== Segment start ==
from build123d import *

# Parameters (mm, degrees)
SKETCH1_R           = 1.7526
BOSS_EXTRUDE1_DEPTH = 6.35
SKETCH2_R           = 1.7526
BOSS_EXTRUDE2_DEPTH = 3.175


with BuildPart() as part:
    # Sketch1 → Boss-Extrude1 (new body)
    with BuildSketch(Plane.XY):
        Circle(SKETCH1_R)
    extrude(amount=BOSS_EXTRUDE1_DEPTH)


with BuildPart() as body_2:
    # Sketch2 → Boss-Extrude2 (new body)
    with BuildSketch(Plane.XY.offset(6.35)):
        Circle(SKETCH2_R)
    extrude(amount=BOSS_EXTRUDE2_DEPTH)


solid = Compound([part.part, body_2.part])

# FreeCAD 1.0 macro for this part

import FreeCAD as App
import Part
import Sketcher
Q = App.Units.Quantity

doc = App.newDocument("Part")
body = doc.addObject("PartDesign::Body", "Body")

sketch1 = body.newObject("Sketcher::SketchObject", "Sketch")
sketch1.AttachmentSupport = (doc.getObject("XY_Plane"), [""])
sketch1.MapMode = "FlatFace"
sketch1.addGeometry(Part.Circle(App.Vector(0, 0, 0), App.Vector(0, 0, 1), 1.8), False)
sketch1.addConstraint(Sketcher.Constraint("Coincident", 0, 3, -1, 1))
sketch1.addConstraint(Sketcher.Constraint("Diameter", 0, Q("0.138 in")))
pad1 = body.newObject("PartDesign::Pad", "Pad")
pad1.Profile = sketch1
pad1.Length = Q("0.25 in")
body2 = doc.addObject("PartDesign::Body", "Body001")

sketch2 = body2.newObject("Sketcher::SketchObject", "Sketch001")
sketch2.AttachmentSupport = (doc.getObject("XY_Plane001"), [""])
sketch2.MapMode = "FlatFace"
sketch2.AttachmentOffset = App.Placement(App.Vector(0, 0, 0.25 * 25.4), App.Rotation())
sketch2.addGeometry(Part.Circle(App.Vector(0, 0, 0), App.Vector(0, 0, 1), 1.8), False)
sketch2.addConstraint(Sketcher.Constraint("Coincident", 0, 3, -1, 1))
sketch2.addConstraint(Sketcher.Constraint("Diameter", 0, Q("0.138 in")))
pad2 = body2.newObject("PartDesign::Pad", "Pad001")
pad2.Profile = sketch2
pad2.Length = Q("0.125 in")

doc.recompute()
== Segment end ==
## [DIRECTIONS FOR THIS TASK]
Reproduce the material above in full, word for word.

## [EXERCISE ANSWER]
from build123d import *

# Parameters (mm, degrees)
SKETCH1_R           = 1.7526
BOSS_EXTRUDE1_DEPTH = 6.35
SKETCH2_R           = 1.7526
BOSS_EXTRUDE2_DEPTH = 3.175


with BuildPart() as part:
    # Sketch1 → Boss-Extrude1 (new body)
    with BuildSketch(Plane.XY):
        Circle(SKETCH1_R)
    extrude(amount=BOSS_EXTRUDE1_DEPTH)


with BuildPart() as body_2:
    # Sketch2 → Boss-Extrude2 (new body)
    with BuildSketch(Plane.XY.offset(6.35)):
        Circle(SKETCH2_R)
    extrude(amount=BOSS_EXTRUDE2_DEPTH)


solid = Compound([part.part, body_2.part])

# FreeCAD 1.0 macro for this part

import FreeCAD as App
import Part
import Sketcher
Q = App.Units.Quantity

doc = App.newDocument("Part")
body = doc.addObject("PartDesign::Body", "Body")

sketch1 = body.newObject("Sketcher::SketchObject", "Sketch")
sketch1.AttachmentSupport = (doc.getObject("XY_Plane"), [""])
sketch1.MapMode = "FlatFace"
sketch1.addGeometry(Part.Circle(App.Vector(0, 0, 0), App.Vector(0, 0, 1), 1.8), False)
sketch1.addConstraint(Sketcher.Constraint("Coincident", 0, 3, -1, 1))
sketch1.addConstraint(Sketcher.Constraint("Diameter", 0, Q("0.138 in")))
pad1 = body.newObject("PartDesign::Pad", "Pad")
pad1.Profile = sketch1
pad1.Length = Q("0.25 in")
body2 = doc.addObject("PartDesign::Body", "Body001")

sketch2 = body2.newObject("Sketcher::SketchObject", "Sketch001")
sketch2.AttachmentSupport = (doc.getObject("XY_Plane001"), [""])
sketch2.MapMode = "FlatFace"
sketch2.AttachmentOffset = App.Placement(App.Vector(0, 0, 0.25 * 25.4), App.Rotation())
sketch2.addGeometry(Part.Circle(App.Vector(0, 0, 0), App.Vector(0, 0, 1), 1.8), False)
sketch2.addConstraint(Sketcher.Constraint("Coincident", 0, 3, -1, 1))
sketch2.addConstraint(Sketcher.Constraint("Diameter", 0, Q("0.138 in")))
pad2 = body2.newObject("PartDesign::Pad", "Pad001")
pad2.Profile = sketch2
pad2.Length = Q("0.125 in")

doc.recompute()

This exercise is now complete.